Chances are, you'll rely on Social Security to some extent in retirement. You may even wind up depending on those benefits for the bulk of your income. As such, it's crucial that you file for Social Security at the right age because it will dictate how much money you'll receive on a monthly basis.

If you're deep in the throes of that tough decision right now, you're probably not alone. But it's not an easy decision to make, so here are a few key questions that'll help you make the right choice.

1. Have I reached full retirement age?

You're allowed to start collecting Social Security as early as age 62, and while the Social Security Administration won't force you to file for benefits at age 70, that's generally considered the latest age to sign up since there's no financial incentive to wait past that point. Smack in the middle of that time frame is full retirement age, or FRA. That age isn't universal -- it's a factor of when you were born, as per the following table:

Year of Birth

Full Retirement Age

1943-1954

66

1955

66 and 2 months

1956

66 and 4 months

1957

66 and 6 months

1958

66 and 8 months

1959

66 and 10 months

1960 or later

67

DATA SOURCE: SOCIAL SECURITY ADMINISTRATION.

Once you reach FRA, you'll get the full monthly benefit you're entitled to based on your earnings history. By contrast, if you file before FRA, you'll face a reduction in benefits for each month you claim them early. As such, if you expect Social Security to spell the difference between covering your retirement expenses and not, it often pays to wait until at least FRA to sign up for it.

Older man with serious expression sitting at laptop

IMAGE SOURCE: GETTY IMAGES.

Incidentally, you can also delay your filing past FRA and score a permanent 8% boost in your benefits for each year you do, up until you turn 70. That's also a smart move if you're low on retirement savings and are concerned about keeping up with your expenses once your paycheck from work disappears.

2. Can I cover my expenses another way?

The sooner you sign up for Social Security, the sooner you get your money. But what if you're doing OK enough financially to hold off on filing a bit longer? The longer you wait, the higher monthly benefit you'll secure, so before you claim Social Security, take a look at your expenses and see if there's a different way of covering them.

For example, if you have some retirement savings, you can take withdrawals from your account to cover your living expenses. And while removing money from a 401(k) or IRA means not getting to invest it for added growth, remember that delaying Social Security past FRA gives you an automatic, guaranteed 8% boost in your benefits each year. You're by no means guaranteed that sort of return in your retirement portfolio, and if you've shifted toward safer investments, which near-retirees and retirees are often advised to do, you may not even see half that return on an annual basis.

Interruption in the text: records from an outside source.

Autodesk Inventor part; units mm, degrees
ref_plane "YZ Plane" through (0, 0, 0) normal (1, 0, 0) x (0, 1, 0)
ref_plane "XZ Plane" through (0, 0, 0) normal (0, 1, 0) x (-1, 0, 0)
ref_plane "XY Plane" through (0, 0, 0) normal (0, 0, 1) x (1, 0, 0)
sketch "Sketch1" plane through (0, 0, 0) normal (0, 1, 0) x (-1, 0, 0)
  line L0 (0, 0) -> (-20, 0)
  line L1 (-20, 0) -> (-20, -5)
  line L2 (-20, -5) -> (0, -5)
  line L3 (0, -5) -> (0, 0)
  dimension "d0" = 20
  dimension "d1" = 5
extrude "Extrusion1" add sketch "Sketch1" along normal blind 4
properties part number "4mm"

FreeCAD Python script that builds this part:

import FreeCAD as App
import Part
import Sketcher

doc = App.newDocument("Part")
body = doc.addObject("PartDesign::Body", "Body")

# Sketch on XZ plane
sketch1 = doc.addObject("Sketcher::SketchObject", "Sketch")
body.addObject(sketch1)
sketch1.AttachmentSupport = (doc.XZ_Plane, [""])
sketch1.MapMode = "FlatFace"
sketch1.addGeometry(Part.LineSegment(App.Vector(0, -5, 0), App.Vector(0, 0, 0)), False)
sketch1.addGeometry(Part.LineSegment(App.Vector(0, 0, 0), App.Vector(20, 0, 0)), False)
sketch1.addGeometry(Part.LineSegment(App.Vector(20, 0, 0), App.Vector(20, -5, 0)), False)
sketch1.addGeometry(Part.LineSegment(App.Vector(20, -5, 0), App.Vector(0, -5, 0)), False)
sketch1.addConstraint(Sketcher.Constraint("Coincident", 0, 2, 1, 1))
sketch1.addConstraint(Sketcher.Constraint("Coincident", 1, 2, 2, 1))
sketch1.addConstraint(Sketcher.Constraint("Coincident", 2, 2, 3, 1))
sketch1.addConstraint(Sketcher.Constraint("Coincident", 3, 2, 0, 1))
sketch1.addConstraint(Sketcher.Constraint("Vertical", 0))
sketch1.addConstraint(Sketcher.Constraint("Horizontal", 1))
sketch1.addConstraint(Sketcher.Constraint("Vertical", 2))
sketch1.addConstraint(Sketcher.Constraint("Horizontal", 3))
sketch1.addConstraint(Sketcher.Constraint("Coincident", 0, 2, -1, 1))
sketch1.addConstraint(Sketcher.Constraint("DistanceX", 1, 1, 1, 2, 20.0))
sketch1.addConstraint(Sketcher.Constraint("DistanceY", 0, 1, 0, 2, 5.0))
pad1 = doc.addObject("PartDesign::Pad", "Pad")
body.addObject(pad1)
pad1.Profile = sketch1
pad1.Length = 4
pad1.Reversed = True

doc.recompute()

Even if you don't have much retirement savings, you may have other means of covering the bills for an extra year or so, such as earnings from a part-time job or even renting out a portion of your home. Explore your options before rushing to file, as doing so could help you secure a higher benefit. 

3. Is my health in decent shape?

The better your health is going into retirement, the more it makes sense to delay benefits as long as possible. And on the flip side, if your health is poor and you're unlikely to live a long life, filing early is generally your best bet.

Imagine your monthly benefit at FRA (which we'll assume is 67) is $1,500 based on your earnings history. If you file for Social Security at 62, you'll reduce your monthly payments to $1,050, but you'll start collecting them five years sooner. If you only live until 74, which is a good 10 years below the average life expectancy for seniors today, you'll come out over $25,000 ahead in your lifetime by claiming benefits at 62 rather than waiting until FRA.

The opposite holds true if you live until 90. In that case, you should wait to file as long as possible. If you delay your $1,500-a-month benefit until 70, you'll not only boost it by $360 a month but you'll also come out over $32,000 ahead in your lifetime by waiting. As such, you'll need to assess your health and see what it might mean as far as your life expectancy is concerned.

The last thing you want to do is claim Social Security at the wrong time and regret that decision down the line. Read up on how the program works, study its rules, and answer the above questions. With any luck, that'll lead you to a solid choice that serves you well in retirement.